Among the entries below, please repeat exactly and only the lines from the line containing "v -14.518 13.432 19.75" to the line containing "v 15 0.28 21.49", both lines included.

> [Saved entries]
*** Begin section ***

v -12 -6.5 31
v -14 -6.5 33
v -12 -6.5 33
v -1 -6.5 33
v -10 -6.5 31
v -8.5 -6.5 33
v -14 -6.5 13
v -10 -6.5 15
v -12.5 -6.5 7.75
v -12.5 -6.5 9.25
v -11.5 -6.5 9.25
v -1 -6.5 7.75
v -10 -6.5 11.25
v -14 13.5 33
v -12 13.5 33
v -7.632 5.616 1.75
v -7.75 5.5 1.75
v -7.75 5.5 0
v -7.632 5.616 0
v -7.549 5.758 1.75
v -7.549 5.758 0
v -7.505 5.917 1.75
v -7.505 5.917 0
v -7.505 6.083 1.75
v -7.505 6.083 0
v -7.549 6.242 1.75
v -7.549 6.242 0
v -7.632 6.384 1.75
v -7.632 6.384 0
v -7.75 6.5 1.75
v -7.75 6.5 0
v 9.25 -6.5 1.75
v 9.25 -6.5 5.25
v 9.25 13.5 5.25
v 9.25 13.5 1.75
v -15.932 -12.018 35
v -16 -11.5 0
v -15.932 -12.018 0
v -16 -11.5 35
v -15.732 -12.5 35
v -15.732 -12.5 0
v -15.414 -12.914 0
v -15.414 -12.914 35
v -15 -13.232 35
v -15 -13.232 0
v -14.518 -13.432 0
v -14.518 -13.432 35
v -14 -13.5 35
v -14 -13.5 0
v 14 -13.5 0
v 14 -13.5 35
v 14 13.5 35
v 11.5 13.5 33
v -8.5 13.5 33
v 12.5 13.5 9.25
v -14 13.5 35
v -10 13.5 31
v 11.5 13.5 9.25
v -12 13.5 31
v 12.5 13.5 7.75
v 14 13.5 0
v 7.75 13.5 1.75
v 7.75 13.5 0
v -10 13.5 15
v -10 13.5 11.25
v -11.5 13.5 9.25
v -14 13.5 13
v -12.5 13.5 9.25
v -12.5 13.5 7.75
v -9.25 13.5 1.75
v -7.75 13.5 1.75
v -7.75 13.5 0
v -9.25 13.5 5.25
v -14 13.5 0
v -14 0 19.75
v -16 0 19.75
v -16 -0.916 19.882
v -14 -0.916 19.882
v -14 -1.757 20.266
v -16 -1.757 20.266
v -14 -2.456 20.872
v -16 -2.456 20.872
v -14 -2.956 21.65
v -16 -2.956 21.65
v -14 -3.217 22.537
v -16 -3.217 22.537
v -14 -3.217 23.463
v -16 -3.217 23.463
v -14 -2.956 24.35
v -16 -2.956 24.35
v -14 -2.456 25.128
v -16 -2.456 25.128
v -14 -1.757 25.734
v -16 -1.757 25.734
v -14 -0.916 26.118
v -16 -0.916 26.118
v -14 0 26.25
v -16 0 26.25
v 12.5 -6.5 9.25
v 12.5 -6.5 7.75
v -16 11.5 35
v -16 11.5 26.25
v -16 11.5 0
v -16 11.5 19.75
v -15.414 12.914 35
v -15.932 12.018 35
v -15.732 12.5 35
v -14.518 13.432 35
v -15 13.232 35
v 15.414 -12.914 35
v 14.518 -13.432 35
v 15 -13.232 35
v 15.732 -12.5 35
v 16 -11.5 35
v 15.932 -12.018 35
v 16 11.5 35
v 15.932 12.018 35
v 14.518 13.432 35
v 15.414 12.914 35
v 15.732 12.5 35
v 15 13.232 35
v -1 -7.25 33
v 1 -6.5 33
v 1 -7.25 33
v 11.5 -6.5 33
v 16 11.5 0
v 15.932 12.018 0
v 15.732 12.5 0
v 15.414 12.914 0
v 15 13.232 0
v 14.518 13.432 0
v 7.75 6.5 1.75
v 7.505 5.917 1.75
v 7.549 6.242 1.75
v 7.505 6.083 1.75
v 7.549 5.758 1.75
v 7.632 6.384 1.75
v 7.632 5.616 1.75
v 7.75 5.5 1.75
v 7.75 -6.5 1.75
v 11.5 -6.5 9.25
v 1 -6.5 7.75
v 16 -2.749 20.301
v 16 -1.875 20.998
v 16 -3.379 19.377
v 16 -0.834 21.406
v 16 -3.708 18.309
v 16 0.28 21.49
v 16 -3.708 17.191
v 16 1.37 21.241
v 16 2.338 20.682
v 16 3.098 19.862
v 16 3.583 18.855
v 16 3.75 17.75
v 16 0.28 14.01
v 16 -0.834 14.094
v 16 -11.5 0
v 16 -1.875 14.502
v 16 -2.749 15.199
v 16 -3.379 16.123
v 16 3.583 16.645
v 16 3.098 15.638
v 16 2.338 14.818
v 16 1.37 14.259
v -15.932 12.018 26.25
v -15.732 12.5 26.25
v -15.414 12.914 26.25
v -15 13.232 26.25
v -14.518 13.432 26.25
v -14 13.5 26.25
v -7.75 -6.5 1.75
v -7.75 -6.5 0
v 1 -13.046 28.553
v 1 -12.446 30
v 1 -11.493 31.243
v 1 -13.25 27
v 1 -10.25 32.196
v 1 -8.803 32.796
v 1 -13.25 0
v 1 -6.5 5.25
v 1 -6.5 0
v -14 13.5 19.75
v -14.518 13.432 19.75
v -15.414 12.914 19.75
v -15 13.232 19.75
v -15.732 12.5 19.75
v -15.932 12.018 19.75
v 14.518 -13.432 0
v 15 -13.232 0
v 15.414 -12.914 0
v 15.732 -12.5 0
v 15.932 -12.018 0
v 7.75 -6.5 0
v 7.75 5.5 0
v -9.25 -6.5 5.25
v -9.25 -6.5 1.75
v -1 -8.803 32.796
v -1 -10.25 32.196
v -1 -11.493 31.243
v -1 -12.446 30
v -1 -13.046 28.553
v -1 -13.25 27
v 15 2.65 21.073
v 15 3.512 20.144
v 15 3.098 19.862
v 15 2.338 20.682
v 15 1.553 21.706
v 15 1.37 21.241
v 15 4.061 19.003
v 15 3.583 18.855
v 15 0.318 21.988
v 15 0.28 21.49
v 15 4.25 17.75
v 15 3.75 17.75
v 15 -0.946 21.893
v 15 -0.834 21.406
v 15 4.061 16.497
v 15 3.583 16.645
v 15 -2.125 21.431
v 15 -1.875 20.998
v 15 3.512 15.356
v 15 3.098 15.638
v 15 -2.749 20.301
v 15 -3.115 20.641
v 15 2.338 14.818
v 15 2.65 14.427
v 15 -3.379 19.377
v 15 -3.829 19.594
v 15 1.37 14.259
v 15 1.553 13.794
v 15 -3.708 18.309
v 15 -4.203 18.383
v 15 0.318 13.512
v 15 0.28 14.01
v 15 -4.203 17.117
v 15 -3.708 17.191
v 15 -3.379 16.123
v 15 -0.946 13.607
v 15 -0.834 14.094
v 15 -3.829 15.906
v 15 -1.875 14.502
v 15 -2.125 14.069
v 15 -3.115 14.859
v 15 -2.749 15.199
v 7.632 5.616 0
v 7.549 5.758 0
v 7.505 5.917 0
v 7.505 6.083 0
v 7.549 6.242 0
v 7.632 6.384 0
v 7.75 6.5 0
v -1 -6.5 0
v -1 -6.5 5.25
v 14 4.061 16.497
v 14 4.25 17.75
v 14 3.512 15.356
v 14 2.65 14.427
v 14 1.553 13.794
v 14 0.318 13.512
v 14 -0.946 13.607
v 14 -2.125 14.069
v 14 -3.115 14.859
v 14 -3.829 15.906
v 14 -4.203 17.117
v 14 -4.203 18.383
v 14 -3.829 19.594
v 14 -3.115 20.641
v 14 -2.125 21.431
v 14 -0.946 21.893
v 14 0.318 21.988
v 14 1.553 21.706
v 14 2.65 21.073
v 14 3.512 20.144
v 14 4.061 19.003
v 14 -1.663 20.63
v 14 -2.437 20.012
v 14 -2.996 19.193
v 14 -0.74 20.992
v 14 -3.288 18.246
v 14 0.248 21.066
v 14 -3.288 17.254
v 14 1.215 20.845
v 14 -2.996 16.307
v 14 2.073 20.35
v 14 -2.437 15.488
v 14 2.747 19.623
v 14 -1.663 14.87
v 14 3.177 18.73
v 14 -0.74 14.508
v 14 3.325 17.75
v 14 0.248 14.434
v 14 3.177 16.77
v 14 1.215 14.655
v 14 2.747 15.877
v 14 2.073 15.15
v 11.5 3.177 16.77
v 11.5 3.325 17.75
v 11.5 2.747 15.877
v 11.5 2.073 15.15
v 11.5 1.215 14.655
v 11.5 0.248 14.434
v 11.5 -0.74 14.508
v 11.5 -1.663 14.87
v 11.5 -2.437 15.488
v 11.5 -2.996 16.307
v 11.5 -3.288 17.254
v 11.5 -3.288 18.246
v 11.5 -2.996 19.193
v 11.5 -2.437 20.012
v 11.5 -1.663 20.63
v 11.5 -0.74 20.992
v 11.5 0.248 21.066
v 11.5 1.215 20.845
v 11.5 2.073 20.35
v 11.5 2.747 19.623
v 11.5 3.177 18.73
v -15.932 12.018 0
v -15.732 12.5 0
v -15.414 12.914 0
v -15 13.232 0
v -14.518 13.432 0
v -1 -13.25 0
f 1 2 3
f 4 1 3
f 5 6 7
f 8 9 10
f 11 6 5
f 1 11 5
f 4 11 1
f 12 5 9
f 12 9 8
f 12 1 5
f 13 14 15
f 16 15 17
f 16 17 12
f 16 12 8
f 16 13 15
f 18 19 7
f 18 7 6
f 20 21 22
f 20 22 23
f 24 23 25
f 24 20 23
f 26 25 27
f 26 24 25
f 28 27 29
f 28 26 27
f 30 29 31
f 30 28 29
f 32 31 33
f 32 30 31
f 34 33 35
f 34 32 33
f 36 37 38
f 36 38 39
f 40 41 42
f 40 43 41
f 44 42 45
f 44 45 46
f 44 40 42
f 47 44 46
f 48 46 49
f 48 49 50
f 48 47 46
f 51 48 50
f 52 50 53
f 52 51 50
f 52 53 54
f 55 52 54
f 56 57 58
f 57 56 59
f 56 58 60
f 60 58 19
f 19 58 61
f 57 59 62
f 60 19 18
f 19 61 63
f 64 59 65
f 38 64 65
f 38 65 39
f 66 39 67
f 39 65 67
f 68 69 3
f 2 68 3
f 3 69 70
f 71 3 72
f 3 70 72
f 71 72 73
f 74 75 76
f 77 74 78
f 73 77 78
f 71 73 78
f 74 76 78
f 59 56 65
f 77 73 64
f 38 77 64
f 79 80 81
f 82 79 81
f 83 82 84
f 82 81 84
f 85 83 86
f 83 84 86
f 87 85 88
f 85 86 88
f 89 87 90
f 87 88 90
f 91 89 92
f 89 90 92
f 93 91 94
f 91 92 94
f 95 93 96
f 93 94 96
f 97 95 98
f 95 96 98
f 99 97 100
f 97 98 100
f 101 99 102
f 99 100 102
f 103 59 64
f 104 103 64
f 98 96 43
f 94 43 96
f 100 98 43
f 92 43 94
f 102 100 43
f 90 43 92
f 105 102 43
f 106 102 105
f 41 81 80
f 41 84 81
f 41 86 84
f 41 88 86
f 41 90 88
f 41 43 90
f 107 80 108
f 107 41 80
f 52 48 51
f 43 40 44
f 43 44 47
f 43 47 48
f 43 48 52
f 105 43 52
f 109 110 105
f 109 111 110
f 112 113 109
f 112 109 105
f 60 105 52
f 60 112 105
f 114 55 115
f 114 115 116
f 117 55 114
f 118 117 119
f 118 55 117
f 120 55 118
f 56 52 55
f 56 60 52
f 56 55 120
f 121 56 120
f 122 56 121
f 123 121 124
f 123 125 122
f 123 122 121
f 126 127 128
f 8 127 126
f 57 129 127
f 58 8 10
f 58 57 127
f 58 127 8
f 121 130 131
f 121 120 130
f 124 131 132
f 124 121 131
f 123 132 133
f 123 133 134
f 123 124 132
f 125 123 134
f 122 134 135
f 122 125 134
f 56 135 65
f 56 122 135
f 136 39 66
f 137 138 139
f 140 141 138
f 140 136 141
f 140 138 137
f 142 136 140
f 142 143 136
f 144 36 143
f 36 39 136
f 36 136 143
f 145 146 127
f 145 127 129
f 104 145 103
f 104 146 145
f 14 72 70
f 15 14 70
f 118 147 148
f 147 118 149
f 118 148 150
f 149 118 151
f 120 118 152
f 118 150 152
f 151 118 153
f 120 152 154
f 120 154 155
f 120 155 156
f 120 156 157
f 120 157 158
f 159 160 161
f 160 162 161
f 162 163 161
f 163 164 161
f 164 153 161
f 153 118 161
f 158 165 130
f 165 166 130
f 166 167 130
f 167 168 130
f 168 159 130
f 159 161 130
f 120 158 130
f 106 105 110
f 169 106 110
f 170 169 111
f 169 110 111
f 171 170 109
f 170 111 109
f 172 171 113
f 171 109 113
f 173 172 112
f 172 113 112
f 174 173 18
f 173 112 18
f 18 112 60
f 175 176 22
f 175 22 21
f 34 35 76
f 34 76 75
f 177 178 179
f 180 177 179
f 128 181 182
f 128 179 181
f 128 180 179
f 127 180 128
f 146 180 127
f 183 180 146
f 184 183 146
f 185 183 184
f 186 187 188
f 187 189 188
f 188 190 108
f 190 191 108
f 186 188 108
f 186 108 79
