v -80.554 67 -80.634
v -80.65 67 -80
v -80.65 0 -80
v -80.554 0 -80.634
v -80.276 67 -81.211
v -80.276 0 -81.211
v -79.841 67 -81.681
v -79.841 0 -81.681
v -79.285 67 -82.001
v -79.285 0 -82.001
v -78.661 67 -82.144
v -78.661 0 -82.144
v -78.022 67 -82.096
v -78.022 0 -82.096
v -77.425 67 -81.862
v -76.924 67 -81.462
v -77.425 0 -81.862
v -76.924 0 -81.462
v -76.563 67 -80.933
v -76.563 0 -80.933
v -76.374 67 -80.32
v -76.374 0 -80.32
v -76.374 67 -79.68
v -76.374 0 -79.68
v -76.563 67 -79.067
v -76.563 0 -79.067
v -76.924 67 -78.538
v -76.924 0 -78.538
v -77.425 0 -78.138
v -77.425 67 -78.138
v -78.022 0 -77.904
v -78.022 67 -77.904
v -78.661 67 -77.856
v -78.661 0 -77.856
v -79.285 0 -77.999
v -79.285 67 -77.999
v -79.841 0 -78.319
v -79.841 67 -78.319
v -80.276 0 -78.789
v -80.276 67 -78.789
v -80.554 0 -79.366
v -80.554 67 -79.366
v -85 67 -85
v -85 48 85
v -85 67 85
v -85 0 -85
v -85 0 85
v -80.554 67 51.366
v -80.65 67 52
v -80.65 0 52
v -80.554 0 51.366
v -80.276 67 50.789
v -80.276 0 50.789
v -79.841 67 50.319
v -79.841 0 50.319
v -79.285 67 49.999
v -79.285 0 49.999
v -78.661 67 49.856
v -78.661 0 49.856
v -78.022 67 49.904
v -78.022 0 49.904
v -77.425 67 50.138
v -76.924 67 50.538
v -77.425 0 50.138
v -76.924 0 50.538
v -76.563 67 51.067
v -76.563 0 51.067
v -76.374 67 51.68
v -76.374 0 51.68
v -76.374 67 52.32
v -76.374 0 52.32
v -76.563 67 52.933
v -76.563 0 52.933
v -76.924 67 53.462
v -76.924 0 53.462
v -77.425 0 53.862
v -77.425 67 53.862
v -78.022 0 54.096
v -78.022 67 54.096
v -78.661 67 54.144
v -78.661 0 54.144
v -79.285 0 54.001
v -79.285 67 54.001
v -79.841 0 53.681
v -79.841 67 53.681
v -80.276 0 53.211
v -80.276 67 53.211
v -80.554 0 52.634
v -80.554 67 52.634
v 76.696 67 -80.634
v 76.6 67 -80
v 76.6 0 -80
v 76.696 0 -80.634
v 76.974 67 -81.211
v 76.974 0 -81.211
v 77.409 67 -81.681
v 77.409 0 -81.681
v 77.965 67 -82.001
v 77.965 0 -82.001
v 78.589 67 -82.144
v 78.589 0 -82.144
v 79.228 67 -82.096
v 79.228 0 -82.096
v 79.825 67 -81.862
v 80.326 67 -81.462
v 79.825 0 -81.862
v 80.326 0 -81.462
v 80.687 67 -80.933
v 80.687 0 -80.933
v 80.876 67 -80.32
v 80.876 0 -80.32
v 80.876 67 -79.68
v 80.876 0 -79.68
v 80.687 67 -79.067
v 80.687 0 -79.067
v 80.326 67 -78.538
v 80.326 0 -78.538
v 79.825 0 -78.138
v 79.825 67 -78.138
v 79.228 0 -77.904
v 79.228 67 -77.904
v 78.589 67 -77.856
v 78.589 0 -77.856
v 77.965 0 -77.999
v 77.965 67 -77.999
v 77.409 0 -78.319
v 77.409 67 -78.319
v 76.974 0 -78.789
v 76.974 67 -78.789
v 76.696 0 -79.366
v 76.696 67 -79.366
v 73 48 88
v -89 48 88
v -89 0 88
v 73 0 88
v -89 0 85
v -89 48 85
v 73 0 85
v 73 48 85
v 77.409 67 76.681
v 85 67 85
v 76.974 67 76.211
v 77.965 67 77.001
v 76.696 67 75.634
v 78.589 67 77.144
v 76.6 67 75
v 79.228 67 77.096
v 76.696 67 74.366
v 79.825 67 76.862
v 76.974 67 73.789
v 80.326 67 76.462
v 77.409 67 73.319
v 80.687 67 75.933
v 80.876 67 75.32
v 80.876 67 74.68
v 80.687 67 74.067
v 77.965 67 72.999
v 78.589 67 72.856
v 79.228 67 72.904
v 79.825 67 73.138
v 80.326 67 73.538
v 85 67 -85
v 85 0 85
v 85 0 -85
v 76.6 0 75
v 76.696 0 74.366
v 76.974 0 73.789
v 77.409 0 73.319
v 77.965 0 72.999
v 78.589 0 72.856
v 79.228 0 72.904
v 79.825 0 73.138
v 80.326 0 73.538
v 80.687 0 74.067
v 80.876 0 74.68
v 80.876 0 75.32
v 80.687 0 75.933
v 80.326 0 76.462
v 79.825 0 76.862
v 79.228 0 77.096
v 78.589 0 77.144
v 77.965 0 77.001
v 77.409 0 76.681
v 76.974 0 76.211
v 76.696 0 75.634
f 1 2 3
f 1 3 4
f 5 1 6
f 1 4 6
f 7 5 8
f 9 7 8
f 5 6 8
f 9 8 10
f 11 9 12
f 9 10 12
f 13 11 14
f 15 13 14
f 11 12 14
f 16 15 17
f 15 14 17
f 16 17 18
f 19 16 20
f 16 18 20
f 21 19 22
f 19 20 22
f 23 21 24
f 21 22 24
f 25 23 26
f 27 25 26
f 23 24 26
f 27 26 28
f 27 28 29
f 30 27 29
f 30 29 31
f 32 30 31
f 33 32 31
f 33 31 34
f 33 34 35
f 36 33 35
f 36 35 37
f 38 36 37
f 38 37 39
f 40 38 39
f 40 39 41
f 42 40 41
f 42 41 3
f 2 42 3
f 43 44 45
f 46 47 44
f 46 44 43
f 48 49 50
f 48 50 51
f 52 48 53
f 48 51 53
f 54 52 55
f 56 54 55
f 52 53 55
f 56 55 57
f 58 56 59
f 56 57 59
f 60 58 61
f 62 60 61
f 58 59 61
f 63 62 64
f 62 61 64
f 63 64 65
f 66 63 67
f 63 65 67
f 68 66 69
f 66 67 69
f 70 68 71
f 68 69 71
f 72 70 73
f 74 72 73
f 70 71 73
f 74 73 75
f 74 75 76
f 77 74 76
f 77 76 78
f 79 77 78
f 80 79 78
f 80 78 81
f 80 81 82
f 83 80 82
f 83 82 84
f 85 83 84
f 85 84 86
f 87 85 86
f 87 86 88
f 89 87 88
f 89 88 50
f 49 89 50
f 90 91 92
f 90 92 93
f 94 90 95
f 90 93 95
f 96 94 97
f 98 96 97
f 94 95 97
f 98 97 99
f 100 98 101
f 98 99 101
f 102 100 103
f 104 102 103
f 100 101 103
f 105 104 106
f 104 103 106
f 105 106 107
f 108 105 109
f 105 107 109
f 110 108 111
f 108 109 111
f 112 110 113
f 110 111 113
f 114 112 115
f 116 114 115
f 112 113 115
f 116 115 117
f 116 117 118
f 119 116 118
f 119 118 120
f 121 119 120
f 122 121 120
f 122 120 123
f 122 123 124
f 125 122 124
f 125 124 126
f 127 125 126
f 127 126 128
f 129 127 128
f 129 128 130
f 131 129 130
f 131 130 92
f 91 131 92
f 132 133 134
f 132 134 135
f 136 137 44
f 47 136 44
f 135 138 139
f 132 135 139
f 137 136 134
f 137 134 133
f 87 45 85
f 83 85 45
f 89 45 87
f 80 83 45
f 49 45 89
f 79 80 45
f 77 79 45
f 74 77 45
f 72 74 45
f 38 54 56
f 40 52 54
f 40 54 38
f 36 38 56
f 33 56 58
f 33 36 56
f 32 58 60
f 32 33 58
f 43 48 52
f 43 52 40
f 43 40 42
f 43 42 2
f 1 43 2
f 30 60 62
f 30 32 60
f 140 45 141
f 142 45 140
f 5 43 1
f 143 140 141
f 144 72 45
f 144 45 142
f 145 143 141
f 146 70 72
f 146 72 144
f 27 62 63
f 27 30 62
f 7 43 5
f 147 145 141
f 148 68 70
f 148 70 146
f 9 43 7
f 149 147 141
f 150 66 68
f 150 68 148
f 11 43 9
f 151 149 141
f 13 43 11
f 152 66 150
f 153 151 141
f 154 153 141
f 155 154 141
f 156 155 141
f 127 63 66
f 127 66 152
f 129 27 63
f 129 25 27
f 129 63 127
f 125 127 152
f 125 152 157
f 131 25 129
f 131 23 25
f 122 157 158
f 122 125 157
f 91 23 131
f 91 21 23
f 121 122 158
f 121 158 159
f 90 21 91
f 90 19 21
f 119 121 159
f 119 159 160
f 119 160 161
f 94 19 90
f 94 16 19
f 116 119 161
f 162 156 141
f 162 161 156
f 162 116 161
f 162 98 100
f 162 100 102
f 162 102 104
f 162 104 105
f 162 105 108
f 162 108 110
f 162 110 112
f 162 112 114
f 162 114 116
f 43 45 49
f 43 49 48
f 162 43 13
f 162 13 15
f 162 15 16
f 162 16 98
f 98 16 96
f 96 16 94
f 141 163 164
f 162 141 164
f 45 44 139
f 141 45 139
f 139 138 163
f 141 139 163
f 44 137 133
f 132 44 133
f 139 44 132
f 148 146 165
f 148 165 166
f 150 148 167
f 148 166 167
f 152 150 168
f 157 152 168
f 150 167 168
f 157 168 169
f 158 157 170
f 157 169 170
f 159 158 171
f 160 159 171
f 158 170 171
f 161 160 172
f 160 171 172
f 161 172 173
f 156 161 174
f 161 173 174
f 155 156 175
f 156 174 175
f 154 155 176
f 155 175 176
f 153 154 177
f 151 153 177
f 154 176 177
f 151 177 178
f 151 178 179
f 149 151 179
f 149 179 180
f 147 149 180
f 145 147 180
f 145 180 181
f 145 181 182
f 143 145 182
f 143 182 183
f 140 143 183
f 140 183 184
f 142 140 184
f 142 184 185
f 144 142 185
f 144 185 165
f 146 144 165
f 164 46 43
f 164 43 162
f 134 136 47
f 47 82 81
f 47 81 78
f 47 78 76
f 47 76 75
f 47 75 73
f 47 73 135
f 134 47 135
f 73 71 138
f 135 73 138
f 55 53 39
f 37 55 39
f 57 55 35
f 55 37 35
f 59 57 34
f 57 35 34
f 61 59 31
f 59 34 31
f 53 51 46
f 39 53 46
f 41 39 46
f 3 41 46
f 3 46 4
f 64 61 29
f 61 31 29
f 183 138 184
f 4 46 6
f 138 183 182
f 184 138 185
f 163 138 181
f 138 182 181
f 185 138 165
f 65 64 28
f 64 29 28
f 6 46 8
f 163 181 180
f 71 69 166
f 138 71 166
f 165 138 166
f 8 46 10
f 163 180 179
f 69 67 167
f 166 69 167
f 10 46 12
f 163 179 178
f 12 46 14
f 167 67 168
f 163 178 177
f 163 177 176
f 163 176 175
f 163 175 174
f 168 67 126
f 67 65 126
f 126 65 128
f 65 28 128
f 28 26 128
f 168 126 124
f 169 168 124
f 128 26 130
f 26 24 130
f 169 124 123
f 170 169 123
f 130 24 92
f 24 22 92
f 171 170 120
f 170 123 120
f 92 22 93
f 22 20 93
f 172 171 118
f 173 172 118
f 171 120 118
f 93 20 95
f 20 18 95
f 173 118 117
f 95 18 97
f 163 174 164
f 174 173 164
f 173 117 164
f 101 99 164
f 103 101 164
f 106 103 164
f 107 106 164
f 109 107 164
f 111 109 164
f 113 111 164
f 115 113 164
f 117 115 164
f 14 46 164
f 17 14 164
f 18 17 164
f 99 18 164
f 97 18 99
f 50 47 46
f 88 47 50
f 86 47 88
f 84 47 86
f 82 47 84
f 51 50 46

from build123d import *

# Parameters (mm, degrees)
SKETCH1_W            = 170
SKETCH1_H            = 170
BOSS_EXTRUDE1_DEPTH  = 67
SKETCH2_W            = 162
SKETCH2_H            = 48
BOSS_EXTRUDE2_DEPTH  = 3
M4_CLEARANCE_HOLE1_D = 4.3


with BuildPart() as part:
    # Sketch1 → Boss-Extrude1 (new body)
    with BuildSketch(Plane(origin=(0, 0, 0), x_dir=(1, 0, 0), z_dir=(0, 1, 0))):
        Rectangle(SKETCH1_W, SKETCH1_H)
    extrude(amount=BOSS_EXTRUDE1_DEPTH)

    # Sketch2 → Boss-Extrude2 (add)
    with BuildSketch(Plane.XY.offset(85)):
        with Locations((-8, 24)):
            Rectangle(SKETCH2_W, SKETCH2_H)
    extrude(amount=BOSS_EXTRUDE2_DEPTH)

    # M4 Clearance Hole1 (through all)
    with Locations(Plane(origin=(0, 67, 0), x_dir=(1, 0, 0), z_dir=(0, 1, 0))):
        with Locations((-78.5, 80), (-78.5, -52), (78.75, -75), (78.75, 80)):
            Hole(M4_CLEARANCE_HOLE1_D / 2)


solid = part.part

*** End section ***

> [Response for this exercise]
v -14.518 13.432 19.75
v -15.414 12.914 19.75
v -15 13.232 19.75
v -15.732 12.5 19.75
v -15.932 12.018 19.75
v 14.518 -13.432 0
v 15 -13.232 0
v 15.414 -12.914 0
v 15.732 -12.5 0
v 15.932 -12.018 0
v 7.75 -6.5 0
v 7.75 5.5 0
v -9.25 -6.5 5.25
v -9.25 -6.5 1.75
v -1 -8.803 32.796
v -1 -10.25 32.196
v -1 -11.493 31.243
v -1 -12.446 30
v -1 -13.046 28.553
v -1 -13.25 27
v 15 2.65 21.073
v 15 3.512 20.144
v 15 3.098 19.862
v 15 2.338 20.682
v 15 1.553 21.706
v 15 1.37 21.241
v 15 4.061 19.003
v 15 3.583 18.855
v 15 0.318 21.988
v 15 0.28 21.49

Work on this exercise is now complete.